»»

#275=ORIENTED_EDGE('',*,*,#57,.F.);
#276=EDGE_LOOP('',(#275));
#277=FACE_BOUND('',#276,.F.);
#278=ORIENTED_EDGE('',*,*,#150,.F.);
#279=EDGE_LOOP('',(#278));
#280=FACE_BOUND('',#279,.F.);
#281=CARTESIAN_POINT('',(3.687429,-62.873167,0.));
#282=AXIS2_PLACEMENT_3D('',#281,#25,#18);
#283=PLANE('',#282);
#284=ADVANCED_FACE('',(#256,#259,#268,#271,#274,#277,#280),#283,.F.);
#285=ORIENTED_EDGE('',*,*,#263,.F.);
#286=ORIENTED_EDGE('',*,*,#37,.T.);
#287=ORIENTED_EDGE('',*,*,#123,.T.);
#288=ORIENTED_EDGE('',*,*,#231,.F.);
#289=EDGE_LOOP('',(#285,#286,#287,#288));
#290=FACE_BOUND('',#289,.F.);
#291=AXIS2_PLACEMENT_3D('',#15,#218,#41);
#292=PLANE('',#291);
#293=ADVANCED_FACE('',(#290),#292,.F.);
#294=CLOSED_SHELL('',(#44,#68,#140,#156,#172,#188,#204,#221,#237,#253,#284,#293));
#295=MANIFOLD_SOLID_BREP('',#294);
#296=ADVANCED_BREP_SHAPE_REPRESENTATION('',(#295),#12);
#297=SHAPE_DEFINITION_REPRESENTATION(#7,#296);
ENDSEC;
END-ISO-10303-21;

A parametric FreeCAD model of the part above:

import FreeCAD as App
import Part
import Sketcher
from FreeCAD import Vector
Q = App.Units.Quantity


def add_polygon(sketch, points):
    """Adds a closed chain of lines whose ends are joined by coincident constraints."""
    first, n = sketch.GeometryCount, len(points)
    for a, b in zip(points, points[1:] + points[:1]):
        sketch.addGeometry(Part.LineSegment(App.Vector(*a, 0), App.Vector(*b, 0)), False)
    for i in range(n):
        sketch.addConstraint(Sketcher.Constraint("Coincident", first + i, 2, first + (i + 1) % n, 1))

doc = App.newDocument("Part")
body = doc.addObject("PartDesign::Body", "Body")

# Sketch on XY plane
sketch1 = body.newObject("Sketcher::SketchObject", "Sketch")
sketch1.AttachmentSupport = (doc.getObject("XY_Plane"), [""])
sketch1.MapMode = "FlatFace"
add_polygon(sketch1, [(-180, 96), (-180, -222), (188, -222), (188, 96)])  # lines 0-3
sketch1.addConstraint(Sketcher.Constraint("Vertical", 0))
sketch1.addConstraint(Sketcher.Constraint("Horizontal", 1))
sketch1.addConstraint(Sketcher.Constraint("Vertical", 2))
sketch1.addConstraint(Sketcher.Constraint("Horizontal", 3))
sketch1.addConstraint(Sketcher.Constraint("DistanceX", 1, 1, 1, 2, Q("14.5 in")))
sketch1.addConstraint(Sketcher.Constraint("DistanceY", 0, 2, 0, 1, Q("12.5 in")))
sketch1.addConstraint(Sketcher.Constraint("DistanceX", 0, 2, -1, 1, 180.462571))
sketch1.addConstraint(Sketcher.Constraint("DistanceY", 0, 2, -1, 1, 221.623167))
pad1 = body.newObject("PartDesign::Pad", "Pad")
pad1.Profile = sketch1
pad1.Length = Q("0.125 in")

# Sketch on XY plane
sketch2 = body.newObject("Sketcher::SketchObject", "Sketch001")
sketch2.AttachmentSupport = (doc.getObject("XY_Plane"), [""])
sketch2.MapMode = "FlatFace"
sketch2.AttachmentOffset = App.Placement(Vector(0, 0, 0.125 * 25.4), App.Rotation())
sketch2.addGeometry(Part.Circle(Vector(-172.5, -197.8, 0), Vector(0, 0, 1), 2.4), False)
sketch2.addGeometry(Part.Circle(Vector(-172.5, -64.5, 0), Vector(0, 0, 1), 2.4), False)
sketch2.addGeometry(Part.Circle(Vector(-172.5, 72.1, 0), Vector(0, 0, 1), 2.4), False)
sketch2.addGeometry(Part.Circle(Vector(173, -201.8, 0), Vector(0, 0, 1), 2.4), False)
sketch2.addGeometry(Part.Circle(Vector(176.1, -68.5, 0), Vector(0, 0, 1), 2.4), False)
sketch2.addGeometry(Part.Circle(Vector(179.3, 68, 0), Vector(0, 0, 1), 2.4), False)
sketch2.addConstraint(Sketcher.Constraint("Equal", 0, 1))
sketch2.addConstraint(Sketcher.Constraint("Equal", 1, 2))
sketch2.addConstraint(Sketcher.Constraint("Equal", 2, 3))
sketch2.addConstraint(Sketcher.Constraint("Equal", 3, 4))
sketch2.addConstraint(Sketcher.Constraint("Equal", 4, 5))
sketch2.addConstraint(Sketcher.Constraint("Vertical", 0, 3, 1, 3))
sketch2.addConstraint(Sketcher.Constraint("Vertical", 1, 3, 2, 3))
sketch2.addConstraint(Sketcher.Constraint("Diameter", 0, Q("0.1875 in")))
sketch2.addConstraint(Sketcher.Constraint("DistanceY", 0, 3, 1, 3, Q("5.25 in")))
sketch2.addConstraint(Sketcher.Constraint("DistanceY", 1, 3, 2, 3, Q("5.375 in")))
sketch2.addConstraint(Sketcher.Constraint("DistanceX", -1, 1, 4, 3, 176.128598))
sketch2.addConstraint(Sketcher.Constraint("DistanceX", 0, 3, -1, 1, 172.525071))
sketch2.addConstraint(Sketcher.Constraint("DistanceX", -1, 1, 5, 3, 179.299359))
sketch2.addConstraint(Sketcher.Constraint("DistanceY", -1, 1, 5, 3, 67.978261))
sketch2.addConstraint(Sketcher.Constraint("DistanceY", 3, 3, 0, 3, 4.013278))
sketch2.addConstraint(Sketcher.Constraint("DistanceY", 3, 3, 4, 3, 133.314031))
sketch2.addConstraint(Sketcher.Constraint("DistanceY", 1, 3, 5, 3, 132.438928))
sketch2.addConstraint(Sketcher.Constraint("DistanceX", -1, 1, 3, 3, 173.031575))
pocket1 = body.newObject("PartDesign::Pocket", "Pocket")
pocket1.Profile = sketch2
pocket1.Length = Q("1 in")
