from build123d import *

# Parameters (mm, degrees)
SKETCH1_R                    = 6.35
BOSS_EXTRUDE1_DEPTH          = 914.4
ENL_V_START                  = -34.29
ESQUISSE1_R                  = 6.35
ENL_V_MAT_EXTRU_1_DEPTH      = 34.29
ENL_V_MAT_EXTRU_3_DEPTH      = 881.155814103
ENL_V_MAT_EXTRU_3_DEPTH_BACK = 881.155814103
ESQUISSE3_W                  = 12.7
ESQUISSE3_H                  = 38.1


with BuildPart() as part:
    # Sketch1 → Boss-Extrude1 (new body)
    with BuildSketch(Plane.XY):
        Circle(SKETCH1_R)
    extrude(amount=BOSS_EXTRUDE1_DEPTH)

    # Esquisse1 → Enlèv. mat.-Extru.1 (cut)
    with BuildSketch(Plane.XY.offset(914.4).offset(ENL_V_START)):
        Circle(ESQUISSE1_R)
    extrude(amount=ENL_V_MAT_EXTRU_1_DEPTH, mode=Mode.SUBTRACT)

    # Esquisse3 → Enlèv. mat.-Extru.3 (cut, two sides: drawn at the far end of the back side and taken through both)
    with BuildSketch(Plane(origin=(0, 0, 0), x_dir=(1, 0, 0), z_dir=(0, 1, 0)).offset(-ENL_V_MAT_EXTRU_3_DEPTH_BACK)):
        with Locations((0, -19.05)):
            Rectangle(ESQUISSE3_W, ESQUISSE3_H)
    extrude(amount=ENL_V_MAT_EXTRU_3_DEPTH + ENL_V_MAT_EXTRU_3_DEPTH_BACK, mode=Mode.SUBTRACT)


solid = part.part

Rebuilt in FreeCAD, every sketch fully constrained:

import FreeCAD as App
import Part
import Sketcher
from FreeCAD import Vector
Q = App.Units.Quantity

doc = App.newDocument("Part")
body = doc.addObject("PartDesign::Body", "Body")

sketch1 = body.newObject("Sketcher::SketchObject", "Sketch")
sketch1.AttachmentSupport = (doc.getObject("XY_Plane"), [""])
sketch1.MapMode = "FlatFace"
sketch1.addGeometry(Part.Circle(Vector(0, 0, 0), Vector(0, 0, 1), 6), False)
sketch1.addConstraint(Sketcher.Constraint("Coincident", 0, 3, -1, 1))
sketch1.addConstraint(Sketcher.Constraint("Diameter", 0, Q("0.5 in")))
pad1 = body.newObject("PartDesign::Pad", "Pad")
pad1.Profile = sketch1
pad1.Length = Q("36 in")

sketch2 = body.newObject("Sketcher::SketchObject", "Sketch001")
sketch2.AttachmentSupport = (doc.getObject("XY_Plane"), [""])
sketch2.MapMode = "FlatFace"
sketch2.AttachmentOffset = App.Placement(Vector(0, 0, 34.65 * 25.4), App.Rotation())
sketch2.addGeometry(Part.Circle(Vector(0, 0, 0), Vector(0, 0, 1), 6), False)
sketch2.addConstraint(Sketcher.Constraint("Coincident", 0, 3, -1, 1))
sketch2.addConstraint(Sketcher.Constraint("Diameter", 0, Q("0.5 in")))
pocket1 = body.newObject("PartDesign::Pocket", "Pocket")
pocket1.Profile = sketch2
pocket1.Length = Q("1.35 in")
pocket1.Reversed = True

sketch3 = body.newObject("Sketcher::SketchObject", "Sketch002")
sketch3.AttachmentSupport = (doc.getObject("XZ_Plane"), [""])
sketch3.MapMode = "FlatFace"
sketch3.addGeometry(Part.LineSegment(Vector(-6, 0, 0), Vector(-6, 38, 0)), False)
sketch3.addGeometry(Part.LineSegment(Vector(-6, 38, 0), Vector(6, 38, 0)), False)
sketch3.addGeometry(Part.LineSegment(Vector(6, 38, 0), Vector(6, 0, 0)), False)
sketch3.addGeometry(Part.LineSegment(Vector(6, 0, 0), Vector(-6, 0, 0)), False)
sketch3.addConstraint(Sketcher.Constraint("Coincident", 0, 2, 1, 1))
sketch3.addConstraint(Sketcher.Constraint("Coincident", 1, 2, 2, 1))
sketch3.addConstraint(Sketcher.Constraint("Coincident", 2, 2, 3, 1))
sketch3.addConstraint(Sketcher.Constraint("Coincident", 3, 2, 0, 1))
sketch3.addConstraint(Sketcher.Constraint("Vertical", 0))
sketch3.addConstraint(Sketcher.Constraint("Horizontal", 1))
sketch3.addConstraint(Sketcher.Constraint("Vertical", 2))
sketch3.addConstraint(Sketcher.Constraint("Horizontal", 3))
sketch3.addConstraint(Sketcher.Constraint("Symmetric", 2, 2, 3, 2, -1, 1))
sketch3.addConstraint(Sketcher.Constraint("DistanceX", 1, 1, 1, 2, Q("0.5 in")))
sketch3.addConstraint(Sketcher.Constraint("DistanceY", 0, 1, 0, 2, Q("1.5 in")))
pocket2 = body.newObject("PartDesign::Pocket", "Pocket001")
pocket2.Profile = sketch3
pocket2.Type = "ThroughAll"
pocket2.Midplane = True

doc.recompute()
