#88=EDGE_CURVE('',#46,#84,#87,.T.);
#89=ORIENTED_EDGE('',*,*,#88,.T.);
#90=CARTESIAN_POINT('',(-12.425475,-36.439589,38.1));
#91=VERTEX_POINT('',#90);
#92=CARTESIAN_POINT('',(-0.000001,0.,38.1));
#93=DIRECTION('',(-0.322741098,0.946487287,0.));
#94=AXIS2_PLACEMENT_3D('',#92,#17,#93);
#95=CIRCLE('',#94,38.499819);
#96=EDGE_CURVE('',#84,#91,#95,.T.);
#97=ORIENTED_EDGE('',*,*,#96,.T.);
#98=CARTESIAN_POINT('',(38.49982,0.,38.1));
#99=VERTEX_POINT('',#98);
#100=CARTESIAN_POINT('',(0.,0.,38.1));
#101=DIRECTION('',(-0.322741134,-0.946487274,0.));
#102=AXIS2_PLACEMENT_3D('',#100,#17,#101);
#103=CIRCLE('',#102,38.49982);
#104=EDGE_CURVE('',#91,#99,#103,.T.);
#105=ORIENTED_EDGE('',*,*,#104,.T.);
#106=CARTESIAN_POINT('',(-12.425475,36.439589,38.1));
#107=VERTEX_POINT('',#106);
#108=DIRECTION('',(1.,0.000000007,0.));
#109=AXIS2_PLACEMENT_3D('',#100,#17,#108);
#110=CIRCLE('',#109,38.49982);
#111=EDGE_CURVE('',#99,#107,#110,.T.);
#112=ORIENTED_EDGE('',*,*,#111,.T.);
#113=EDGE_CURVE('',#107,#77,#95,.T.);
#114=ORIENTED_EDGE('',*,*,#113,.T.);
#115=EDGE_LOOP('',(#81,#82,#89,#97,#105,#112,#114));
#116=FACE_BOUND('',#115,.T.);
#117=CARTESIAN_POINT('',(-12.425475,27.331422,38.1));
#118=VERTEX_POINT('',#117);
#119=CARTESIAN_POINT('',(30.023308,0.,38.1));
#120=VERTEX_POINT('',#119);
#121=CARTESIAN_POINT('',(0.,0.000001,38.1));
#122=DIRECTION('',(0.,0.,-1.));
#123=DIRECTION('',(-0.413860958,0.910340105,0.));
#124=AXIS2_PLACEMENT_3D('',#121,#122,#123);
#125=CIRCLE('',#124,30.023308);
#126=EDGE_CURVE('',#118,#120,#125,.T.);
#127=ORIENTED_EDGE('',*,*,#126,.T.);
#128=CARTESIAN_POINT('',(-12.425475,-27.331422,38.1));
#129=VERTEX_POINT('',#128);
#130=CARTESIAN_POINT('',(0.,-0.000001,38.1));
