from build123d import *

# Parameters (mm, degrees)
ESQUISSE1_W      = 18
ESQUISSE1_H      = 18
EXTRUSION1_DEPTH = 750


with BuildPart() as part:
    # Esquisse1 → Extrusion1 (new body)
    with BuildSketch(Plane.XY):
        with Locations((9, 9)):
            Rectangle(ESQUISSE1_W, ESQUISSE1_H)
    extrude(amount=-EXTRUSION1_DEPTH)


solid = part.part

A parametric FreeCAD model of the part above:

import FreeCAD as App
import Part
import Sketcher

V = App.Vector
Q = App.Units.Quantity

doc = App.newDocument("Part")
body = doc.addObject("PartDesign::Body", "Body")

# Sketch on XY plane
sketch1 = doc.addObject("Sketcher::SketchObject", "Sketch")
body.addObject(sketch1)
sketch1.AttachmentSupport = (doc.XY_Plane, [""])
sketch1.MapMode = "FlatFace"
sketch1.addGeometry([
    Part.LineSegment(V(0, 18, 0), V(0, 0, 0)),
    Part.LineSegment(V(0, 0, 0), V(18, 0, 0)),
    Part.LineSegment(V(18, 0, 0), V(18, 18, 0)),
    Part.LineSegment(V(18, 18, 0), V(0, 18, 0)),
], False)
sketch1.addConstraint([
    Sketcher.Constraint("Coincident", 0, 2, 1, 1),
    Sketcher.Constraint("Coincident", 1, 2, 2, 1),
    Sketcher.Constraint("Coincident", 2, 2, 3, 1),
    Sketcher.Constraint("Coincident", 3, 2, 0, 1),
    Sketcher.Constraint("Vertical", 0),
    Sketcher.Constraint("Horizontal", 1),
    Sketcher.Constraint("Vertical", 2),
    Sketcher.Constraint("Horizontal", 3),
    Sketcher.Constraint("Coincident", 0, 2, -1, 1),
    Sketcher.Constraint("Equal", 3, 0),
    Sketcher.Constraint("DistanceX", 1, 1, 1, 2, Q("18 mm")),
])
pad1 = doc.addObject("PartDesign::Pad", "Pad")
body.addObject(pad1)
pad1.Profile = sketch1
pad1.Length = 750
pad1.Reversed = True

doc.recompute()
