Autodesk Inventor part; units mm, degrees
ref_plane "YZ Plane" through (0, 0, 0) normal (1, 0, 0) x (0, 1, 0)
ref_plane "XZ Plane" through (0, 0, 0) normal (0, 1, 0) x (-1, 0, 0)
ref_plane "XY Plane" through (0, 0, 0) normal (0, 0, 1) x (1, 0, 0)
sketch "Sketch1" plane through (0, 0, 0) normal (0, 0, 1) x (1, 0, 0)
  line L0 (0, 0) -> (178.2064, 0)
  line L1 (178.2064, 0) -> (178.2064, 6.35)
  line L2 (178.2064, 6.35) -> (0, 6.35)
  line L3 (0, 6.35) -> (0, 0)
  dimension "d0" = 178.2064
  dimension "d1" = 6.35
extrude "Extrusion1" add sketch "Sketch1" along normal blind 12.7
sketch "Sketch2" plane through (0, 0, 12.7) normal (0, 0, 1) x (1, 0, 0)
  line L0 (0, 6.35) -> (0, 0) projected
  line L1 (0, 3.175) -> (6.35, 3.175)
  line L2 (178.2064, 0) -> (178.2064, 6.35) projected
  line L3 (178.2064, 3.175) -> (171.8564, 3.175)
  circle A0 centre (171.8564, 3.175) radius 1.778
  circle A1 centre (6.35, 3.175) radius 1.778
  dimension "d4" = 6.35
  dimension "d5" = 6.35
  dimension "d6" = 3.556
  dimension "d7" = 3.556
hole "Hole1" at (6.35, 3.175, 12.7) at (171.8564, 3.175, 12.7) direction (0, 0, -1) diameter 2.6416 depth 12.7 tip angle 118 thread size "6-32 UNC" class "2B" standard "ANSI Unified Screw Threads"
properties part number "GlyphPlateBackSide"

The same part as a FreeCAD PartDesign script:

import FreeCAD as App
import Part
import Sketcher
Q = App.Units.Quantity

doc = App.newDocument("Part")
body = doc.addObject("PartDesign::Body", "Body")

# Sketch on XY plane
sketch1 = body.newObject("Sketcher::SketchObject", "Sketch")
sketch1.AttachmentSupport = (doc.getObject("XY_Plane"), [""])
sketch1.MapMode = "FlatFace"
sketch1.addGeometry([
    Part.LineSegment(App.Vector(0, 6.35, 0), App.Vector(0, 0, 0)),
    Part.LineSegment(App.Vector(0, 0, 0), App.Vector(178.2064, 0, 0)),
    Part.LineSegment(App.Vector(178.2064, 0, 0), App.Vector(178.2064, 6.35, 0)),
    Part.LineSegment(App.Vector(178.2064, 6.35, 0), App.Vector(0, 6.35, 0)),
], False)
sketch1.addConstraint([
    Sketcher.Constraint("Coincident", 0, 2, 1, 1),
    Sketcher.Constraint("Coincident", 1, 2, 2, 1),
    Sketcher.Constraint("Coincident", 2, 2, 3, 1),
    Sketcher.Constraint("Coincident", 3, 2, 0, 1),
    Sketcher.Constraint("Vertical", 0),
    Sketcher.Constraint("Horizontal", 1),
    Sketcher.Constraint("Vertical", 2),
    Sketcher.Constraint("Horizontal", 3),
    Sketcher.Constraint("Coincident", 0, 2, -1, 1),
    Sketcher.Constraint("DistanceY", 0, 2, 0, 1, Q("0.25 in")),
    Sketcher.Constraint("DistanceX", 1, 1, 1, 2, Q("7.016 in")),
])
pad1 = body.newObject("PartDesign::Pad", "Pad")
pad1.Profile = sketch1
pad1.Length = Q("0.5 in")

# Sketch on XY plane
sketch2 = body.newObject("Sketcher::SketchObject", "Sketch001")
sketch2.AttachmentSupport = (doc.getObject("XY_Plane"), [""])
sketch2.MapMode = "FlatFace"
sketch2.AttachmentOffset = App.Placement(App.Vector(0, 0, 0.5 * 25.4), App.Rotation())
sketch2.addGeometry([
    Part.Circle(App.Vector(6.35, 3.175, 0), App.Vector(0, 0, 1), 1.3208),
    Part.Circle(App.Vector(171.8564, 3.175, 0), App.Vector(0, 0, 1), 1.3208),
], False)
sketch2.addConstraint([
    Sketcher.Constraint("Equal", 0, 1),
    Sketcher.Constraint("Horizontal", 0, 3, 1, 3),
    Sketcher.Constraint("Diameter", 0, Q("0.104 in")),
    Sketcher.Constraint("DistanceX", -1, 1, 0, 3, Q("0.25 in")),
    Sketcher.Constraint("DistanceY", -1, 1, 0, 3, Q("0.125 in")),
    Sketcher.Constraint("DistanceX", -1, 1, 1, 3, Q("6.766 in")),
])
doc.recompute()
hole = body.newObject("PartDesign::Hole", "Hole")
hole.Profile = sketch2
hole.ThreadType = "None"
hole.Diameter = Q("0.104 in")
hole.DepthType = "Dimension"
hole.Depth = Q("0.5 in")
hole.DrillPoint = "Angled"
hole.DrillPointAngle = 118

doc.recompute()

««

### Directions for this task:
Reproduce the entries above exactly, starting at their first line and finishing with the line that contains "END-ISO-10303-21;".

### Exercise answer:
#275=ORIENTED_EDGE('',*,*,#57,.F.);
#276=EDGE_LOOP('',(#275));
#277=FACE_BOUND('',#276,.F.);
#278=ORIENTED_EDGE('',*,*,#150,.F.);
#279=EDGE_LOOP('',(#278));
#280=FACE_BOUND('',#279,.F.);
#281=CARTESIAN_POINT('',(3.687429,-62.873167,0.));
#282=AXIS2_PLACEMENT_3D('',#281,#25,#18);
#283=PLANE('',#282);
#284=ADVANCED_FACE('',(#256,#259,#268,#271,#274,#277,#280),#283,.F.);
#285=ORIENTED_EDGE('',*,*,#263,.F.);
#286=ORIENTED_EDGE('',*,*,#37,.T.);
#287=ORIENTED_EDGE('',*,*,#123,.T.);
#288=ORIENTED_EDGE('',*,*,#231,.F.);
#289=EDGE_LOOP('',(#285,#286,#287,#288));
#290=FACE_BOUND('',#289,.F.);
#291=AXIS2_PLACEMENT_3D('',#15,#218,#41);
#292=PLANE('',#291);
#293=ADVANCED_FACE('',(#290),#292,.F.);
#294=CLOSED_SHELL('',(#44,#68,#140,#156,#172,#188,#204,#221,#237,#253,#284,#293));
#295=MANIFOLD_SOLID_BREP('',#294);
#296=ADVANCED_BREP_SHAPE_REPRESENTATION('',(#295),#12);
#297=SHAPE_DEFINITION_REPRESENTATION(#7,#296);
ENDSEC;
END-ISO-10303-21;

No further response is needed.